Esa mañana, Sophronia había temido que se liaran a golpes. Durante semanas el Major le había pedido a Kit que dejara de montar a Tentación de esa manera tan temeraria. Finalmente él se había enfadado, y le había prohibido montar a Tentación de cualquier manera. Kit se había marchado llamándolo de todo y amenazándolo con cosas que ninguna mujer debería saber, menos aún decir. Él se había quedado quieto como una estatua, sin decir una palabra, simplemente mirándola con esa expresión helada que enviaba escalofríos a la columna vertebral de Sophronia

Pero no importaba cómo de mal fueran las cosas entre ellos durante el día, cuando llegaba la noche, la puerta de ese gran dormitorio se cerraba y no se volvía a abrir hasta la mañana siguiente.

Por la ventana, Sophronia vio a Kit vestida con esos vergonzosos pantalones volver de una caminata. Los músculos del estómago se le tensaron con temor. No podía posponerlo más. Tenía la maleta preparada y el señor Spence estaría esperándola en el cruce del camino en menos de una hora.

No le había contado a nadie sus planes, aunque creía que Magnus sospechaba algo. La había mirado de forma extraña mientras desayunaba en la cocina esa mañana. A veces tenía la sensación que podía leerle la mente.

Se alegraba que él se hubiese marchado a Rutherford para que no estuviera allí cuando se marchara. Aunque una parte de ella quería volver a ver ese rostro hermoso y amable por última vez.

Dejó el delantal en el gancho junto al fregadero, donde había colgado sus delantales desde niña. Después paseó por la casa, despidiéndose de ella.

Una ráfaga de aire frío acompañó a Kit cuando entraba por la puerta.
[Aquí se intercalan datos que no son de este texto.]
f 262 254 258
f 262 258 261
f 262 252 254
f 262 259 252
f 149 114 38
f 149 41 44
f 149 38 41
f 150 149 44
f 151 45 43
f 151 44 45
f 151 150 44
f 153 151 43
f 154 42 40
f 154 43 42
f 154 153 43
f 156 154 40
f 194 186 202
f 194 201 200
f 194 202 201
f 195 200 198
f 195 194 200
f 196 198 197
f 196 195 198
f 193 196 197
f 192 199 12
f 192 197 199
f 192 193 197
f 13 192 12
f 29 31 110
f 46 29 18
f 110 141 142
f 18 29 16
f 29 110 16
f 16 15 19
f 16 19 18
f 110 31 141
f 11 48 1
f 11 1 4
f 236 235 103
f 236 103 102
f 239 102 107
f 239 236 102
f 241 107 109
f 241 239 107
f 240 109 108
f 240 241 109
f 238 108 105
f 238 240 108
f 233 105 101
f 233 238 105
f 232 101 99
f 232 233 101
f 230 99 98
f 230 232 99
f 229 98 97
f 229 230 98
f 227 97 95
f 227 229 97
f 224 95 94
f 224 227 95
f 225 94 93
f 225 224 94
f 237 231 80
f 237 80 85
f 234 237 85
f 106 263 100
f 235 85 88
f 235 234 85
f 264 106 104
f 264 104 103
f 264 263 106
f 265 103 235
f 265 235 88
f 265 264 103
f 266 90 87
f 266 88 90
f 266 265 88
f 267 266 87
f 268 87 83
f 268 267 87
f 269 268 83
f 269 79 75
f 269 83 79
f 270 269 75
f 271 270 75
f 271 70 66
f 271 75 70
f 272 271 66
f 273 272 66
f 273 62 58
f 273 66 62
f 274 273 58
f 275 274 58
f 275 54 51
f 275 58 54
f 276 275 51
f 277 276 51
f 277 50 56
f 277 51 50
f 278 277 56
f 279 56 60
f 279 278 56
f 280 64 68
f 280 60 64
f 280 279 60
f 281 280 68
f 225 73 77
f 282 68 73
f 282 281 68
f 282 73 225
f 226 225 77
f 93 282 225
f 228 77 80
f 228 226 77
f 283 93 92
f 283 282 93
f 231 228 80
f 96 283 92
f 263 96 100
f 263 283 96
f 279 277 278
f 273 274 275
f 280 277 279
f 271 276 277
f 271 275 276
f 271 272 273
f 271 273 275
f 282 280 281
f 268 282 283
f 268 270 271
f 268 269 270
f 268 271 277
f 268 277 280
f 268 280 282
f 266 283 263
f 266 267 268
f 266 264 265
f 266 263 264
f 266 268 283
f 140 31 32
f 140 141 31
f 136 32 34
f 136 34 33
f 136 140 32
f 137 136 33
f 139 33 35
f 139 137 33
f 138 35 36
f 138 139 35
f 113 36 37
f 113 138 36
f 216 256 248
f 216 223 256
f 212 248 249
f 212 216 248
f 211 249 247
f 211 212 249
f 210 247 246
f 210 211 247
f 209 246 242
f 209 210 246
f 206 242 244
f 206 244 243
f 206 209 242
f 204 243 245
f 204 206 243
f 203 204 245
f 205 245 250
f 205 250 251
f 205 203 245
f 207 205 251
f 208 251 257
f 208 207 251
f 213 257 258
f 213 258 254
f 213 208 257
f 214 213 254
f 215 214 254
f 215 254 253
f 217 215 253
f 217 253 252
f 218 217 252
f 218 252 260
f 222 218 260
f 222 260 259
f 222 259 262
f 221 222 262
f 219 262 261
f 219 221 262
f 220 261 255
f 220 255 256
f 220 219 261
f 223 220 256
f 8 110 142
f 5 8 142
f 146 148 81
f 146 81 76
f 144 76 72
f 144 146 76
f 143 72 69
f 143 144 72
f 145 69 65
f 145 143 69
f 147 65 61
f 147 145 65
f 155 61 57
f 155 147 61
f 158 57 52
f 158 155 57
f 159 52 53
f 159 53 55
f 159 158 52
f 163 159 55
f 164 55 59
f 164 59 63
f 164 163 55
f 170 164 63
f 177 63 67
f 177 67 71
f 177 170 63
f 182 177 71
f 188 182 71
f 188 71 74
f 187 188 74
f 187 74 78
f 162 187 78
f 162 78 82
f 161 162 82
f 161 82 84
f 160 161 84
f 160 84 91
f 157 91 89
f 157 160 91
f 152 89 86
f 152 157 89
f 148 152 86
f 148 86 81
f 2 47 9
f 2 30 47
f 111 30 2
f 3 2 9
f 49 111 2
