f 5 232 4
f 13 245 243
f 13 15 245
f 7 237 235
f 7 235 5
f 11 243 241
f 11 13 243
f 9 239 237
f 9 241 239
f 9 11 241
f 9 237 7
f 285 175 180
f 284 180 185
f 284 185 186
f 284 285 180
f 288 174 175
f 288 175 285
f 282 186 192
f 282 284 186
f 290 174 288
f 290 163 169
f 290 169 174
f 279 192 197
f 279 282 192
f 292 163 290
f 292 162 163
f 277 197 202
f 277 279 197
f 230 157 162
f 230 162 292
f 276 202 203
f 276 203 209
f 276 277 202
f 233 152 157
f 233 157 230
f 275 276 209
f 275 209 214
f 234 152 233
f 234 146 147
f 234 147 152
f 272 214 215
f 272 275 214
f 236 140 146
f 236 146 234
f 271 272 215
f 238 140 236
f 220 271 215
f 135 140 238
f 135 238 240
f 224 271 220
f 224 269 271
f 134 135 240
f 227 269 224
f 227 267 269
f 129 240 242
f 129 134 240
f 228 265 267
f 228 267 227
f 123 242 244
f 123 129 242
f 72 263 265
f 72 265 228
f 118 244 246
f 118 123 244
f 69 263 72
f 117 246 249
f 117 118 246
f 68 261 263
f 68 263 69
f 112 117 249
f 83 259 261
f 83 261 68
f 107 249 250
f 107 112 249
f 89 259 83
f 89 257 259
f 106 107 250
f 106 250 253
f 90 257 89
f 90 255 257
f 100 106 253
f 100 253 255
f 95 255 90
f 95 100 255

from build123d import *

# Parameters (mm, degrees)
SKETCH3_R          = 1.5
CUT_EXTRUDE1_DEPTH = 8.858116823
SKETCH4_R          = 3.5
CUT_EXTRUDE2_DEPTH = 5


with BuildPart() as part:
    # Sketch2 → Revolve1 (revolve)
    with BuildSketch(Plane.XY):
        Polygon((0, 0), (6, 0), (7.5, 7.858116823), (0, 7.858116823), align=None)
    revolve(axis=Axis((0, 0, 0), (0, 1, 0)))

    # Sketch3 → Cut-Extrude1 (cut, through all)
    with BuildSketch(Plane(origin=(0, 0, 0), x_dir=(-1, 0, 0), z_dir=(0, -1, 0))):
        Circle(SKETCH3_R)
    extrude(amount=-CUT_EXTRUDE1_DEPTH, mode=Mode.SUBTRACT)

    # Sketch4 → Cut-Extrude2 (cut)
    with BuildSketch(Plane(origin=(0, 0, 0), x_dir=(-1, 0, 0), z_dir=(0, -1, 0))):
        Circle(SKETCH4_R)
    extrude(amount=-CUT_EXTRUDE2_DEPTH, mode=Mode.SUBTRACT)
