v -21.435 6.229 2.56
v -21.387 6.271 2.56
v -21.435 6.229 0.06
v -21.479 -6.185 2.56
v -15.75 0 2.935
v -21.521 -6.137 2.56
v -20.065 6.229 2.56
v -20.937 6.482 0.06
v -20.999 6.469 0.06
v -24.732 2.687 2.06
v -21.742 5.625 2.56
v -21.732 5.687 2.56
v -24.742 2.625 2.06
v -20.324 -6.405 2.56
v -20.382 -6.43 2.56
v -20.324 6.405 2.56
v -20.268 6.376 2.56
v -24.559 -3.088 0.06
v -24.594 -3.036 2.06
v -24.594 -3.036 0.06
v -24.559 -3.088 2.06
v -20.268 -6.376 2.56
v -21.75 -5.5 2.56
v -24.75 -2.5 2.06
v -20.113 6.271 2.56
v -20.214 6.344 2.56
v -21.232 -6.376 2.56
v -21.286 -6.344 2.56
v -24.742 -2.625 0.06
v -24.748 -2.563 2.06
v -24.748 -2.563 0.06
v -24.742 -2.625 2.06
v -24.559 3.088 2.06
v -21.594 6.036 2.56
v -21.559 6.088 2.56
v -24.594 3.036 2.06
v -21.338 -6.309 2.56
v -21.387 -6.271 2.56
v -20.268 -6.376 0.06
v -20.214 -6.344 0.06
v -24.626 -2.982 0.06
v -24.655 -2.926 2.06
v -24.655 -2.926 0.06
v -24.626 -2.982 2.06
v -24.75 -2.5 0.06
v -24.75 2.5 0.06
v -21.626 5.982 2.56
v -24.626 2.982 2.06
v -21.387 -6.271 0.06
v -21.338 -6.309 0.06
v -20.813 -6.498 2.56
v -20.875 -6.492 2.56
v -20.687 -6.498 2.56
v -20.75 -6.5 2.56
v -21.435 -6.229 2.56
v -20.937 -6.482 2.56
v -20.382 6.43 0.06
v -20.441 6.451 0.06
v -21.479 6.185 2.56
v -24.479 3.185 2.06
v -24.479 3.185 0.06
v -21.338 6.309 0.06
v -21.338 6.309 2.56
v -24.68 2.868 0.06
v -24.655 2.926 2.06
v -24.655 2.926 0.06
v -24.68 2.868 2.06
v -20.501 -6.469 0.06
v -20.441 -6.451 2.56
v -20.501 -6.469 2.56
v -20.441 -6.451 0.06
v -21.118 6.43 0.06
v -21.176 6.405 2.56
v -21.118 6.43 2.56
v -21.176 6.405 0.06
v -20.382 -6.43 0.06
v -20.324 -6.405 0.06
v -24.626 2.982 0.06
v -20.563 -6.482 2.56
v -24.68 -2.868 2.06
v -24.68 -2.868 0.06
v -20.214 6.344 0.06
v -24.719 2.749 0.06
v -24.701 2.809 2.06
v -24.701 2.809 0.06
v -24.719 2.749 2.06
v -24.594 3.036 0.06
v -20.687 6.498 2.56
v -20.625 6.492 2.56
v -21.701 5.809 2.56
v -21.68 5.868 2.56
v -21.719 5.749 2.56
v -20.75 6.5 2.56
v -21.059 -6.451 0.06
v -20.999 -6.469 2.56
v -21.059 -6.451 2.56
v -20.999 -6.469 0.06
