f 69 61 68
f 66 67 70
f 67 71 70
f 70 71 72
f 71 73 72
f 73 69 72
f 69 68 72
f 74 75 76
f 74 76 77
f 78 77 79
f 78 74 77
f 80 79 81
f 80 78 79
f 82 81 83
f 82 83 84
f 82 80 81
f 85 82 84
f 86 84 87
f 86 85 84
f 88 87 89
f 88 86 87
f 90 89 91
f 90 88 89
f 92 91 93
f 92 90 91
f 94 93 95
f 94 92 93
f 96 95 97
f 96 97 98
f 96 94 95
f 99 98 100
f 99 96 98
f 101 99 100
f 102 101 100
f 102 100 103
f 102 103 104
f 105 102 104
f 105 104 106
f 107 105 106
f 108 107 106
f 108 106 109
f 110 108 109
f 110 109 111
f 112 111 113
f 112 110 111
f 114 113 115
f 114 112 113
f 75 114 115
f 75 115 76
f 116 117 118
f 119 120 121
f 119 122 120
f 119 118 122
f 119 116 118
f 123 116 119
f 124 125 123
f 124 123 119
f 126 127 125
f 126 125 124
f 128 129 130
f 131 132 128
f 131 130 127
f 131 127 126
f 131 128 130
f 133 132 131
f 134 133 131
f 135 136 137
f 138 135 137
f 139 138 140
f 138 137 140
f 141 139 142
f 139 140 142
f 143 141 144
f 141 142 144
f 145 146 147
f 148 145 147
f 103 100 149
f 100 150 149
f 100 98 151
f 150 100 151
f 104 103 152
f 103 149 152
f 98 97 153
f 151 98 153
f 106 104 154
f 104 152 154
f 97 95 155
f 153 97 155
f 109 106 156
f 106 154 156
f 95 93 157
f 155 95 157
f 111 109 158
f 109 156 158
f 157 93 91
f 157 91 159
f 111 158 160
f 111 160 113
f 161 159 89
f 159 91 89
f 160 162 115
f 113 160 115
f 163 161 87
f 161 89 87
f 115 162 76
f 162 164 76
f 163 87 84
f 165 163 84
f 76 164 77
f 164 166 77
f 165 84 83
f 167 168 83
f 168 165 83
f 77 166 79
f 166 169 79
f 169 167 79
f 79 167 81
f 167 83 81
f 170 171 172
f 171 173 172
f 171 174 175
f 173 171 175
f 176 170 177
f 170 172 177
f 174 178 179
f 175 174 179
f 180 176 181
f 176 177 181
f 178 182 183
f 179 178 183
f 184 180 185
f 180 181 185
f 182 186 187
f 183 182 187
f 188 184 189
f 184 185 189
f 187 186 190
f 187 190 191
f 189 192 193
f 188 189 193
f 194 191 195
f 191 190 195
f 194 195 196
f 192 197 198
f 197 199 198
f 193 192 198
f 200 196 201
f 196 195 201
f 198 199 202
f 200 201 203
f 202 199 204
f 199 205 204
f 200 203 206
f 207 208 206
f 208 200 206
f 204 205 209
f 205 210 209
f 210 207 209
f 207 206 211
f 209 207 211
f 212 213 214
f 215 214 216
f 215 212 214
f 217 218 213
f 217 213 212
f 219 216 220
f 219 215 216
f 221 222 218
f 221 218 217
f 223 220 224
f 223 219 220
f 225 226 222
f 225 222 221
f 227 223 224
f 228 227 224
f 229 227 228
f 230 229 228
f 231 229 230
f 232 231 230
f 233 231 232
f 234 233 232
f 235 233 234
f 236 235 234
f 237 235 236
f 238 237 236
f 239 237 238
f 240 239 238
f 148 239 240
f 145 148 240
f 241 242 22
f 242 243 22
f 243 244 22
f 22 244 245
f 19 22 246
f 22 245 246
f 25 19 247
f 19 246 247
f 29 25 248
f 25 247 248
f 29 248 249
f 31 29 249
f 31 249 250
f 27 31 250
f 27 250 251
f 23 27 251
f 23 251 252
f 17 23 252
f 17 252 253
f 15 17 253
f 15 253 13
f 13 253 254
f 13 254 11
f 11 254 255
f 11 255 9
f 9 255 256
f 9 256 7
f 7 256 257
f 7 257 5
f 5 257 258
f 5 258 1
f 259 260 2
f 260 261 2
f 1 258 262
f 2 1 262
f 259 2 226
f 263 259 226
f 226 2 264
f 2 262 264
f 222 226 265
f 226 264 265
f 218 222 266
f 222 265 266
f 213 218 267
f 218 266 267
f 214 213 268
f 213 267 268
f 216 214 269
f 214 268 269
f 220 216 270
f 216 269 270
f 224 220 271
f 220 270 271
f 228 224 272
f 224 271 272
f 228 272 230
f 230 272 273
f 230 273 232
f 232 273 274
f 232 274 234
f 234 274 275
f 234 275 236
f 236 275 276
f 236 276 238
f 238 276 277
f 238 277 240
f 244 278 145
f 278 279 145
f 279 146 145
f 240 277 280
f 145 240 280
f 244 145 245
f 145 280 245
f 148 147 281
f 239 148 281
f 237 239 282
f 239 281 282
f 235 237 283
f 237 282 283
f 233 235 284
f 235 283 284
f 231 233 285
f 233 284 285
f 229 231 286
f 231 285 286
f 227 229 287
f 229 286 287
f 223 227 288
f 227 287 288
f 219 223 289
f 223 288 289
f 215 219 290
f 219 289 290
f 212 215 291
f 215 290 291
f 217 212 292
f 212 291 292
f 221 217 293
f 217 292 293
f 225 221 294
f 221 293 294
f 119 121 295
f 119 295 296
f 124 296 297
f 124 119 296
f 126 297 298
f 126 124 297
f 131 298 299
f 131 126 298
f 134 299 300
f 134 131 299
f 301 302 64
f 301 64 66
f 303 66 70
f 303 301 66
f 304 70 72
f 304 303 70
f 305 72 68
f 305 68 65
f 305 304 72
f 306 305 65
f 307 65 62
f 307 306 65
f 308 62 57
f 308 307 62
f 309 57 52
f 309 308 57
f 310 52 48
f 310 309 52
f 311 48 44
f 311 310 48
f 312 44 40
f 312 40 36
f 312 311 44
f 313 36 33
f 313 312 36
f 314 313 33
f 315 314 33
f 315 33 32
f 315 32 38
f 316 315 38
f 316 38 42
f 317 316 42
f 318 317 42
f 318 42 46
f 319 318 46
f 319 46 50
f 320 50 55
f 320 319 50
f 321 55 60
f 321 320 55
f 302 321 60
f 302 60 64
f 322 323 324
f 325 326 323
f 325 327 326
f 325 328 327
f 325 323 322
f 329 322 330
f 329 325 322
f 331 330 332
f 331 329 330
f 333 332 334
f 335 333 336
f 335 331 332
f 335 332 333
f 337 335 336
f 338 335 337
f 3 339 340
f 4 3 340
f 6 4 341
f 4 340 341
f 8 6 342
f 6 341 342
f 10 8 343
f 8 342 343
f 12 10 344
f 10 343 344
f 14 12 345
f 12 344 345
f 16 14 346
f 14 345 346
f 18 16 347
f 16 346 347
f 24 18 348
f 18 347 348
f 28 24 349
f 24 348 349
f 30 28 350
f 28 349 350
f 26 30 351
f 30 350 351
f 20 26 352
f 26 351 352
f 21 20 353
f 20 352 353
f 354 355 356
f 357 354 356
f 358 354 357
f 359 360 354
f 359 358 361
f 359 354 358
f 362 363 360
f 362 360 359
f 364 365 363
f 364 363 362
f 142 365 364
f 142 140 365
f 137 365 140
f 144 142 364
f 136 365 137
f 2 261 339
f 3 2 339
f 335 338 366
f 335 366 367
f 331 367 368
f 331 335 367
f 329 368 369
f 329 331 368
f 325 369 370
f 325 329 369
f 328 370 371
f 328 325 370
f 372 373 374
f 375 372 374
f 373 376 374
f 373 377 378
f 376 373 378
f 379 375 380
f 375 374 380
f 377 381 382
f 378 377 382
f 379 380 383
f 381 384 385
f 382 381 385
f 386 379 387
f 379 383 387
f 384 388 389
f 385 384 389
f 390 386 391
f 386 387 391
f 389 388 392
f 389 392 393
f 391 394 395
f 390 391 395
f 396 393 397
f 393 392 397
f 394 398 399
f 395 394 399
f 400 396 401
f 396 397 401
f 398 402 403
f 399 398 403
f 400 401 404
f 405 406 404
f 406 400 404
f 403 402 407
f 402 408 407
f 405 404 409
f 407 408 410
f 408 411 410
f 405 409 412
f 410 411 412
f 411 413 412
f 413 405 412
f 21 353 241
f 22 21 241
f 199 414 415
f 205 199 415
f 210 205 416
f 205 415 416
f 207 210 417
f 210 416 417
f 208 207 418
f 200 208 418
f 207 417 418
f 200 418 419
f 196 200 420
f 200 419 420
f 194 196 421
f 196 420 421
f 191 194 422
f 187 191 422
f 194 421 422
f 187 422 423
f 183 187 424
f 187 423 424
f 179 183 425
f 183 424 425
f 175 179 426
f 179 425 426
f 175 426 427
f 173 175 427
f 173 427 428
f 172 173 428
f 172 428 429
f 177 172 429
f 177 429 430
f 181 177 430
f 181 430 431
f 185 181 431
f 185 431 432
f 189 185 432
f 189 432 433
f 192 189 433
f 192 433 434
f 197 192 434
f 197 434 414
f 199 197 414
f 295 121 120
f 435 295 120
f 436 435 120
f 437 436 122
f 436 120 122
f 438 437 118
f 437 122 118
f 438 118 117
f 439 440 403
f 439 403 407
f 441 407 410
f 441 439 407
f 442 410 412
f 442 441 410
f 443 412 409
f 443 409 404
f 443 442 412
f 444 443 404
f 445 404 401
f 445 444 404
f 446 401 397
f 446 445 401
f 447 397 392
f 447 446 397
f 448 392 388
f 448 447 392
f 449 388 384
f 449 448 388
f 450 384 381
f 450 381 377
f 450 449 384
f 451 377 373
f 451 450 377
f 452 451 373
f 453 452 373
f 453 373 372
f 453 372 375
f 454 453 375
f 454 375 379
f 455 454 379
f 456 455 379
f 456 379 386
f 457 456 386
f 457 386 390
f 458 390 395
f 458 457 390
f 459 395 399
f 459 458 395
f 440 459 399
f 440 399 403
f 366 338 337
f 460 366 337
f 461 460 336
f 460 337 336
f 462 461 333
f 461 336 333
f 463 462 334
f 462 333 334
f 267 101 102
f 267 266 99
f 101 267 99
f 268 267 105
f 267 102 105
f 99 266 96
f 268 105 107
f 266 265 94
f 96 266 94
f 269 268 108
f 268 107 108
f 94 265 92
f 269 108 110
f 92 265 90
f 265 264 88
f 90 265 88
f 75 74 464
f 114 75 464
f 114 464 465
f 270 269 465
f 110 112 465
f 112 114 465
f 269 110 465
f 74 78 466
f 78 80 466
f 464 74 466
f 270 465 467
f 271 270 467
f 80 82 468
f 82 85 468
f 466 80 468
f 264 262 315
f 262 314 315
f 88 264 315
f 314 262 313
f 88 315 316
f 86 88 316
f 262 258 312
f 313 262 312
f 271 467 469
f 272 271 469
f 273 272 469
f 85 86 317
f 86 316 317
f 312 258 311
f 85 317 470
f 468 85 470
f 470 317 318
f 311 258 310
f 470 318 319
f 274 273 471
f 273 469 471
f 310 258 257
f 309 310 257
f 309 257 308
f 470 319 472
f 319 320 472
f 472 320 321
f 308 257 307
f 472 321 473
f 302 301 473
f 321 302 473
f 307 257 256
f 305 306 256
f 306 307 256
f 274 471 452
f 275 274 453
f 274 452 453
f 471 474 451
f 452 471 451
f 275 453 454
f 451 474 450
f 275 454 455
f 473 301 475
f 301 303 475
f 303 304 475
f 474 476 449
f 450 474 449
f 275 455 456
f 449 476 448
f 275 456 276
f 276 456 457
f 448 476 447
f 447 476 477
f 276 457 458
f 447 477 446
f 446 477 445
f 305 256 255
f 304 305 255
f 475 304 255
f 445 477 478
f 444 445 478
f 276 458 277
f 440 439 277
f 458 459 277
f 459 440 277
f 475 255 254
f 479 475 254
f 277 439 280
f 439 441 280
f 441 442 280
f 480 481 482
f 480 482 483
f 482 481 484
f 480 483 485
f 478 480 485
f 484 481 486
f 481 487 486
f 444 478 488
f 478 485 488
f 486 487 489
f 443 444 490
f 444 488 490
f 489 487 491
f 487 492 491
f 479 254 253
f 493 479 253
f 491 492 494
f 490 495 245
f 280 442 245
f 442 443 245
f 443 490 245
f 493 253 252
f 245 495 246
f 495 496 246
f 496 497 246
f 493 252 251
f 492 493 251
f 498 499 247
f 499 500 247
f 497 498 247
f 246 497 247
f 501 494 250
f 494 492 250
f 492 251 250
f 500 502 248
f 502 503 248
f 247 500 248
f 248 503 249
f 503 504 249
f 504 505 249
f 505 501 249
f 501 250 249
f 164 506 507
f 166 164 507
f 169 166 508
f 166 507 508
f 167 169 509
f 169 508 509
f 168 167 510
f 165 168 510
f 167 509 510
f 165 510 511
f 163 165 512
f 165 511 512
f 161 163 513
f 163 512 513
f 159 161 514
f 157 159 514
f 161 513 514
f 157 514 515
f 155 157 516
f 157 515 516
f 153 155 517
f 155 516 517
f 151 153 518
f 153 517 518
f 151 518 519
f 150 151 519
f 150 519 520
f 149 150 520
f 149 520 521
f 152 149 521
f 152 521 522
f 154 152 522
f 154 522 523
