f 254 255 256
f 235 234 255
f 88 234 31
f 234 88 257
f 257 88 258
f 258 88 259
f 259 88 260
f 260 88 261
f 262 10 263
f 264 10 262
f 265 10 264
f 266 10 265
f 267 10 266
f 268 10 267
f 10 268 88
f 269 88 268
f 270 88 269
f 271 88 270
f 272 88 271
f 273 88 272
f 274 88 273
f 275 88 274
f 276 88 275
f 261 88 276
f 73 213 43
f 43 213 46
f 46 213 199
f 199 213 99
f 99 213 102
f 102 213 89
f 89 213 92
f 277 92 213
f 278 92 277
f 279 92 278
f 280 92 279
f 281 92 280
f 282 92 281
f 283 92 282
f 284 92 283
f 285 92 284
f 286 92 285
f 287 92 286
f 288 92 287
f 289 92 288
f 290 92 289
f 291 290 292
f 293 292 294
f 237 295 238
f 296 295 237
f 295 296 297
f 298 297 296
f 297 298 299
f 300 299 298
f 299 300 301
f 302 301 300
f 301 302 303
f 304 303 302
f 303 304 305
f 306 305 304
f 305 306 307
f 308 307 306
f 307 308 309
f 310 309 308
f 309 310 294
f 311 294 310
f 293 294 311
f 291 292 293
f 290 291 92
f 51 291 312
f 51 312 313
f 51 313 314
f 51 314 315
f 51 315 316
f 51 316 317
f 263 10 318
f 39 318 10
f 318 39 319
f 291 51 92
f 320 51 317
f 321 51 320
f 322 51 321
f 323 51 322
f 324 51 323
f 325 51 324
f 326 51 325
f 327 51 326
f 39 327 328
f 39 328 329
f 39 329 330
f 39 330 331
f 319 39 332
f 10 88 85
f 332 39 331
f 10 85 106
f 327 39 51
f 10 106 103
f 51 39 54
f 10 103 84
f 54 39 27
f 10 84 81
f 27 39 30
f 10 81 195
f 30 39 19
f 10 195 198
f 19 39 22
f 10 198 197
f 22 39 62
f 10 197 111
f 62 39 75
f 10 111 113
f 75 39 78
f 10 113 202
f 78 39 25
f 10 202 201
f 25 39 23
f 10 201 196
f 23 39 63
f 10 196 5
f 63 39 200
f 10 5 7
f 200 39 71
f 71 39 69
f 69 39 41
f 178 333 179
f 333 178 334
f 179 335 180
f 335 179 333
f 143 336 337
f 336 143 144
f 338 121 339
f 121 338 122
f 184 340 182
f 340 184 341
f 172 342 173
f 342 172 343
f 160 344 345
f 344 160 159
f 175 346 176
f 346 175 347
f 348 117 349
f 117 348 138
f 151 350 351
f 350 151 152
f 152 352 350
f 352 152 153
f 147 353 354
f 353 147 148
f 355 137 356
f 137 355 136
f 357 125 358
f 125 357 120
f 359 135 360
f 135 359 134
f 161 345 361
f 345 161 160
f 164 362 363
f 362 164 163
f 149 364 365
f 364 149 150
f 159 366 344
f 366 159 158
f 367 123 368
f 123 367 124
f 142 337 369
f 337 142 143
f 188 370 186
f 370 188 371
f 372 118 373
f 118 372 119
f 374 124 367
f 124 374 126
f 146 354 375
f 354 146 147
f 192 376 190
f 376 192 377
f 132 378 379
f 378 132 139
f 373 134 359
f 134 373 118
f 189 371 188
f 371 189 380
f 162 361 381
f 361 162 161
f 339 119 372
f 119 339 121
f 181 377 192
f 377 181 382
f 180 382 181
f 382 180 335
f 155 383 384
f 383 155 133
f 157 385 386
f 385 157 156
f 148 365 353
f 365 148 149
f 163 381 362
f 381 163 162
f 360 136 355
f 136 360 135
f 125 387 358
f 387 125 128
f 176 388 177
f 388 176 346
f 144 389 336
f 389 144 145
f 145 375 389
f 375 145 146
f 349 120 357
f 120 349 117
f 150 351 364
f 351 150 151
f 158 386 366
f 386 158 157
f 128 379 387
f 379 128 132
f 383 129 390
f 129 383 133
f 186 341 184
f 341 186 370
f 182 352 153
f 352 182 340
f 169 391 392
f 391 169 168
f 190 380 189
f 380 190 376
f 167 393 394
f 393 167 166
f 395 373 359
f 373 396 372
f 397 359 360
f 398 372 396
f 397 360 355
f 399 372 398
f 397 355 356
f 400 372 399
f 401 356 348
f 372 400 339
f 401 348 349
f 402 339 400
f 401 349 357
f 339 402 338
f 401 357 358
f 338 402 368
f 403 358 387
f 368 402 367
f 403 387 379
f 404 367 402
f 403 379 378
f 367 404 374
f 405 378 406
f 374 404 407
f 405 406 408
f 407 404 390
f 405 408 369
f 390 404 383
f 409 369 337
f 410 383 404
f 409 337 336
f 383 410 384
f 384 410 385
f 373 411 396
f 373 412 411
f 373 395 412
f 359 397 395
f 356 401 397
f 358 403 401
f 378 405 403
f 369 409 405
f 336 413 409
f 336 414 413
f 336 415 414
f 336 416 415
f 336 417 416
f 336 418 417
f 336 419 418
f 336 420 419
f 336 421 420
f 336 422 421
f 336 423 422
– Este viento te hiela los huesos. Voy a hacer sopa de pescado para cenar esta noche.

Sophronia olvidó que eso ya no sería su responsabilidad.

– Son casi las cinco -la reprendió-. Si querías sopa de pescado, deberías habérmelo dicho antes. Patsy ya ha hecho un buen pisto de calabacines.

Kit se quitó la chaqueta de lana, y la dejó con irritación en el perchero junto a la puerta.

– Seguro que no le importará que añada sopa de pescado al menú – comenzó a subir a buen paso las escaleras.

– La gente de esta casa agradecería que sonrieras de vez en cuando.

Kit hizo una pausa y miró a Sophronia.

– ¿Qué se supone que quieres decir?

– Quiero decir que llevas malhumorada meses, y parece que se está contagiando. Incluso has conseguido que discuta con Patsy.

No era la primera vez que Sophronia reprendía a Kit por su comportamiento, pero hoy Kit no podía reunir energía para contrarrestarla. Últimamente se sentía nerviosa y decaída, no exactamente enferma, pero tampoco del todo bien. Suspiró con cansancio.

– Si Patsy no quiere sopa de pescado en el menú esta noche, yo la haré mañana.

– Deberás decírselo tú misma.

– ¿Y eso, por qué?

– Porque yo no estaré aquí.

– ¿Oh? ¿Y dónde vas?

Sophronia dudó. Kit había preguntado con inocencia.

– Vamos al salón unos momentos para que podamos hablar.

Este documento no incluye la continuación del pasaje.